### Exercise
Lines to restate from the data below: from the one containing "#90=DIRECTION('',(0.,0.,-1.));" to the one containing "#105=FACE_BOUND('',#104,.T.);", both included. Give them again exactly, and only them.
━━━━━ Exercise materials
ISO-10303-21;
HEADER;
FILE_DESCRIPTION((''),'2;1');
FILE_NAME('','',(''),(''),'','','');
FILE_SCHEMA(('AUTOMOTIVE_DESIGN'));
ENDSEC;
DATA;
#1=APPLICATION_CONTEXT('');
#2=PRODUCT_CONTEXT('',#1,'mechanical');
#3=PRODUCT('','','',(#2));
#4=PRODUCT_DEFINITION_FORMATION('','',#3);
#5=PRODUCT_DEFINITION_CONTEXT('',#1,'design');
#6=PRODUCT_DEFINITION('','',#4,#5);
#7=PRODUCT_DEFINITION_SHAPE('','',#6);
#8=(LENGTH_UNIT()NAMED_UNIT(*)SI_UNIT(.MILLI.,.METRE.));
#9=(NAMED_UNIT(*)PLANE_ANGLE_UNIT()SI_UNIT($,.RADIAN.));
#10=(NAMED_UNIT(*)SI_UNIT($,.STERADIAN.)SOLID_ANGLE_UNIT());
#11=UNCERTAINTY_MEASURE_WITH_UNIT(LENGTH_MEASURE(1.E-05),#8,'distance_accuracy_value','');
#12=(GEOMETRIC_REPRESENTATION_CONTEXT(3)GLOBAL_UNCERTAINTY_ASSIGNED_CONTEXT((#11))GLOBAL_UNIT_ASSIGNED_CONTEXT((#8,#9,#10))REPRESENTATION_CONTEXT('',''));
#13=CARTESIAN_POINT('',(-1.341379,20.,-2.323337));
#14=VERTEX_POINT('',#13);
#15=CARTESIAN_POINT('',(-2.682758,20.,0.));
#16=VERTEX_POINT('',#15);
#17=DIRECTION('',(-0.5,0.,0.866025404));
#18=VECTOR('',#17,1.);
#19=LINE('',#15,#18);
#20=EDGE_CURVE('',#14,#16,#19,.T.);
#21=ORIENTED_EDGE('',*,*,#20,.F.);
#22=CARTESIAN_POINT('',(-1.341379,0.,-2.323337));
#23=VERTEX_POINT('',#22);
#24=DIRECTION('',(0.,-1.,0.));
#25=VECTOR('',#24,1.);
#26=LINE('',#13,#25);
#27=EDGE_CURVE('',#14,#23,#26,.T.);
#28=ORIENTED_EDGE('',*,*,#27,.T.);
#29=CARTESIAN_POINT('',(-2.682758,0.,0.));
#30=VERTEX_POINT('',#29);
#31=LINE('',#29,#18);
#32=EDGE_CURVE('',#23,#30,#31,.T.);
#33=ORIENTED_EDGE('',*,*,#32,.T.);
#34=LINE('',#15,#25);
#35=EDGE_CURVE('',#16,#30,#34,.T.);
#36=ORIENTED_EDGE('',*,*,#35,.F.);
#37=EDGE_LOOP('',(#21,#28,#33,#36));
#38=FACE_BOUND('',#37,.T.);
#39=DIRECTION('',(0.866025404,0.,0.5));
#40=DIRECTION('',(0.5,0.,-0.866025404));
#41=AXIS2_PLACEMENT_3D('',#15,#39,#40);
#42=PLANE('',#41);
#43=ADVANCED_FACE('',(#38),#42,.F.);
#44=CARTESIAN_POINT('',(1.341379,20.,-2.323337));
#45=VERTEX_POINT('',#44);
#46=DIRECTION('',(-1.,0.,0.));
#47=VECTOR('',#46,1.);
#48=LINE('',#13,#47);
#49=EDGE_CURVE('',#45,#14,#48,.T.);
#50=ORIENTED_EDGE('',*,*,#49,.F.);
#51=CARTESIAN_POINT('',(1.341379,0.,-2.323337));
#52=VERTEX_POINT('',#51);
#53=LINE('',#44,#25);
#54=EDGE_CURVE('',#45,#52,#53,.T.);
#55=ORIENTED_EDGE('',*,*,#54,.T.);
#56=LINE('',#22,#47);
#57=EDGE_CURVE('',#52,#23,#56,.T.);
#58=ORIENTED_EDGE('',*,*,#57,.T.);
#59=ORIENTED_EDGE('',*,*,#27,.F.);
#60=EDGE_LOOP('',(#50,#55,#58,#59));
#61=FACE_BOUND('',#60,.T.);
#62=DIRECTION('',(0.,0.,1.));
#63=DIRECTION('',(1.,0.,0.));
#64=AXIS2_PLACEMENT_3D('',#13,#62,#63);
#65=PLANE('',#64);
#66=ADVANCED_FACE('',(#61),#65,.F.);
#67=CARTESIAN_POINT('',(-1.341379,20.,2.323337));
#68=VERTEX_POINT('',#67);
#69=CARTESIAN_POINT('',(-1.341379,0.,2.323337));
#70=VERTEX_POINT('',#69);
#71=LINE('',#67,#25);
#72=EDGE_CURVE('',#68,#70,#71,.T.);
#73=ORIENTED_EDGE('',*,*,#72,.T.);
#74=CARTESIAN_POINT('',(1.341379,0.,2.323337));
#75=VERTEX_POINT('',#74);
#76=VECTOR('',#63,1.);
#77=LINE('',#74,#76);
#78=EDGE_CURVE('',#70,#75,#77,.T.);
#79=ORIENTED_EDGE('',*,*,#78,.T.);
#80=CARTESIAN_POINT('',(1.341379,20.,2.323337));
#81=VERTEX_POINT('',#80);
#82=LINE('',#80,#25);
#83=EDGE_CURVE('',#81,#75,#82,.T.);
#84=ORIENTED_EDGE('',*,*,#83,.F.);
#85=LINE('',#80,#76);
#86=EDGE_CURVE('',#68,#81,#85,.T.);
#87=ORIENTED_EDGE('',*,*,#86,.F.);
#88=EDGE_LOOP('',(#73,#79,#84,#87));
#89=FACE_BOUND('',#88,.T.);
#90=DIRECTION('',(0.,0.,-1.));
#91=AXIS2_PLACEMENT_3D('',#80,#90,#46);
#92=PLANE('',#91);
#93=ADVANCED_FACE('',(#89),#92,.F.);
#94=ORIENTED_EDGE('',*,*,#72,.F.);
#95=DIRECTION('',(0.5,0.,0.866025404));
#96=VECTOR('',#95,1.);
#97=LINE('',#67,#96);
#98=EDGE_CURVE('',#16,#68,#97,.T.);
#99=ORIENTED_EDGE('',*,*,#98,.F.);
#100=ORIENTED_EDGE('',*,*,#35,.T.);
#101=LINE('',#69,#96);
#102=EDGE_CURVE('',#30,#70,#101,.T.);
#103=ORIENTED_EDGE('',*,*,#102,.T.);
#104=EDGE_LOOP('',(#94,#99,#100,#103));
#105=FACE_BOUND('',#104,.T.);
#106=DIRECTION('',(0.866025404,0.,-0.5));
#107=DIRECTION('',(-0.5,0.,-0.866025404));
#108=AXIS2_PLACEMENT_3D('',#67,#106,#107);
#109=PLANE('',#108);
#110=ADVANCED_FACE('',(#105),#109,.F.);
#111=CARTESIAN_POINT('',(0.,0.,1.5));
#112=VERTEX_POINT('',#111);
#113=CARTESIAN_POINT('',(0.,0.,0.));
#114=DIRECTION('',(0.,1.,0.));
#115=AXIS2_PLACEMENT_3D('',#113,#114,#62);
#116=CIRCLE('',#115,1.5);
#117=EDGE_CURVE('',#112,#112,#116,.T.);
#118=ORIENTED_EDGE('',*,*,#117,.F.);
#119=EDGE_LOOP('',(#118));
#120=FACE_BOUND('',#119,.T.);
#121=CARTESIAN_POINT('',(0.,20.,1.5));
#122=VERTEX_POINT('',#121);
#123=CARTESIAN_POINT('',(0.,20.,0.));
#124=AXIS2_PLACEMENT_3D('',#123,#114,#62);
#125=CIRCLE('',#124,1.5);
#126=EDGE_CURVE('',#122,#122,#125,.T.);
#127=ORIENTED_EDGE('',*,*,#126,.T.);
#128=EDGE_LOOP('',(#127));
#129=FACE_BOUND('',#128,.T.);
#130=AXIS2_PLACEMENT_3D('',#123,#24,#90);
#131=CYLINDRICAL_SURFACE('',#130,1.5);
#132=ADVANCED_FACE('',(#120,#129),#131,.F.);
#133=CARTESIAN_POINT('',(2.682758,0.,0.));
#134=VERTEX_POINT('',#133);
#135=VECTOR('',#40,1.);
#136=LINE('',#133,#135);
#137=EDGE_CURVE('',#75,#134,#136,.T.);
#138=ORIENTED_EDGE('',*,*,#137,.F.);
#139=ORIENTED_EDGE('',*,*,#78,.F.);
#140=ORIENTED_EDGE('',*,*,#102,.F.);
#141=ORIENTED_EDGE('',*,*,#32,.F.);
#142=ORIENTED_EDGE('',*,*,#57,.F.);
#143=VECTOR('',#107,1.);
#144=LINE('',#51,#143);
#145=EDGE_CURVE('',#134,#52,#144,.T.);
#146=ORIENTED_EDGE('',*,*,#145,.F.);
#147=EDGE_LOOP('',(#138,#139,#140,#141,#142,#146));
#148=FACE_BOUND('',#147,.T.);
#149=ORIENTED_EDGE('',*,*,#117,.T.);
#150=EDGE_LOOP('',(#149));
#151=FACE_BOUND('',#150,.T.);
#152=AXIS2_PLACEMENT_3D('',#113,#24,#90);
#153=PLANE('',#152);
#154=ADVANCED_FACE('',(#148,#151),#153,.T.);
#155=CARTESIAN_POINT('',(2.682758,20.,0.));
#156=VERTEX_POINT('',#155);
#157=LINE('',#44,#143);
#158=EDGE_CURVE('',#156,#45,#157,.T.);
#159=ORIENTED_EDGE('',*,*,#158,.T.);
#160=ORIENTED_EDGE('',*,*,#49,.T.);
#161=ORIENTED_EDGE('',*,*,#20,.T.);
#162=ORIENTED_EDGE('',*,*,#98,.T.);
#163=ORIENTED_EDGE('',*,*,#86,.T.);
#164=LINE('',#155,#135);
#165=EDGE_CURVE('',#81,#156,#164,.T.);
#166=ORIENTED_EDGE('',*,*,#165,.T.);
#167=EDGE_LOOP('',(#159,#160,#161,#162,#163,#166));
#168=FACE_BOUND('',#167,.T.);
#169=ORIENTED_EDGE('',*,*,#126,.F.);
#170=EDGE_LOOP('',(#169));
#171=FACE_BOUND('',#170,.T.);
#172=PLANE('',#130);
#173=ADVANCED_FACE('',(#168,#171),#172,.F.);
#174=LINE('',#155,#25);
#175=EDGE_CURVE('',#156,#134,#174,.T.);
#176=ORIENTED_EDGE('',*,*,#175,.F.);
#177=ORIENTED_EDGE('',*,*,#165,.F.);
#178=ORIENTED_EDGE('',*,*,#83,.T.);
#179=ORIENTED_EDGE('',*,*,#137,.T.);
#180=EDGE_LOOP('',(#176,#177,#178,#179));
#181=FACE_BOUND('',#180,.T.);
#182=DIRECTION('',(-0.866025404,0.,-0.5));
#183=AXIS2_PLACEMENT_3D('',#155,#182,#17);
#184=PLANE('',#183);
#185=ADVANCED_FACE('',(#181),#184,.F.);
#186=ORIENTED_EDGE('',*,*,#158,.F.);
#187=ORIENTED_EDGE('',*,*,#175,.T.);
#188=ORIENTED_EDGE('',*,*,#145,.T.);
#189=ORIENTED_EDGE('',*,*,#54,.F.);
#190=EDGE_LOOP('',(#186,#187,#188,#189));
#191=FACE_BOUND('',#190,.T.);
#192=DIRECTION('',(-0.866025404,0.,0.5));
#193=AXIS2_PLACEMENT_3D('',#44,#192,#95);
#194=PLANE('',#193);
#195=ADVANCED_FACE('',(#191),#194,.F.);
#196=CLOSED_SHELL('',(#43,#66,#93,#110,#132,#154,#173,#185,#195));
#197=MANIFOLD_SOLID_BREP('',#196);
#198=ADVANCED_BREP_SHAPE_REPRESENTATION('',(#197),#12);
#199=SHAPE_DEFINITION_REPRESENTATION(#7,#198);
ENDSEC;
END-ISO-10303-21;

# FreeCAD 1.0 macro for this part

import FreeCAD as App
import Part
import Sketcher
from FreeCAD import Vector
Q = App.Units.Quantity

doc = App.newDocument("Part")
body = doc.addObject("PartDesign::Body", "Body")

# Sketch on XZ plane
sketch1 = doc.addObject("Sketcher::SketchObject", "Sketch")
body.addObject(sketch1)
sketch1.AttachmentSupport = (doc.XZ_Plane, [""])
sketch1.MapMode = "FlatFace"
sketch1.addGeometry([
    Part.LineSegment(Vector(2.7, 0, 0), Vector(1.3, -2.3, 0)),  # 0
    Part.LineSegment(Vector(1.3, -2.3, 0), Vector(-1.3, -2.3, 0)),  # 1
    Part.LineSegment(Vector(-1.3, -2.3, 0), Vector(-2.7, 0, 0)),  # 2
    Part.LineSegment(Vector(-2.7, 0, 0), Vector(-1.3, 2.3, 0)),  # 3
    Part.LineSegment(Vector(-1.3, 2.3, 0), Vector(1.3, 2.3, 0)),  # 4
    Part.LineSegment(Vector(1.3, 2.3, 0), Vector(2.7, 0, 0)),  # 5
    Part.Circle(Vector(0, 0, 0), Vector(0, 0, 1), 1.5),  # 6
], False)
sketch1.addConstraint([
    Sketcher.Constraint("Coincident", 0, 2, 1, 1),
    Sketcher.Constraint("Coincident", 1, 2, 2, 1),
    Sketcher.Constraint("Coincident", 2, 2, 3, 1),
    Sketcher.Constraint("Coincident", 3, 2, 4, 1),
    Sketcher.Constraint("Coincident", 4, 2, 5, 1),
    Sketcher.Constraint("Coincident", 5, 2, 0, 1),
    Sketcher.Constraint("Horizontal", 1),
    Sketcher.Constraint("Horizontal", 4),
    Sketcher.Constraint("Coincident", 6, 3, -1, 1),
    Sketcher.Constraint("Symmetric", 0, 2, 3, 2, -1, 1),
    Sketcher.Constraint("Symmetric", 2, 2, 5, 2, -1, 1),
    Sketcher.Constraint("PointOnObject", 2, 2, -1),
    Sketcher.Constraint("Parallel", 2, 5),
    Sketcher.Constraint("Vertical", 1, 2, 3, 2),
    Sketcher.Constraint("Diameter", 6, 3.0),
    Sketcher.Constraint("Angle", 0, Q("-120 deg")),
    Sketcher.Constraint("DistanceX", 1, 2, 1, 1, 2.682758),
    Sketcher.Constraint("DistanceX", 2, 2, 1, 2, 1.341379),
])
pad1 = doc.addObject("PartDesign::Pad", "Pad")
body.addObject(pad1)
pad1.Profile = sketch1
pad1.Length = 20
pad1.Reversed = True

doc.recompute()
━━━━━━━━━━
### Result
#90=DIRECTION('',(0.,0.,-1.));
#91=AXIS2_PLACEMENT_3D('',#80,#90,#46);
#92=PLANE('',#91);
#93=ADVANCED_FACE('',(#89),#92,.F.);
#94=ORIENTED_EDGE('',*,*,#72,.F.);
#95=DIRECTION('',(0.5,0.,0.866025404));
#96=VECTOR('',#95,1.);
#97=LINE('',#67,#96);
#98=EDGE_CURVE('',#16,#68,#97,.T.);
#99=ORIENTED_EDGE('',*,*,#98,.F.);
#100=ORIENTED_EDGE('',*,*,#35,.T.);
#101=LINE('',#69,#96);
#102=EDGE_CURVE('',#30,#70,#101,.T.);
#103=ORIENTED_EDGE('',*,*,#102,.T.);
#104=EDGE_LOOP('',(#94,#99,#100,#103));
#105=FACE_BOUND('',#104,.T.);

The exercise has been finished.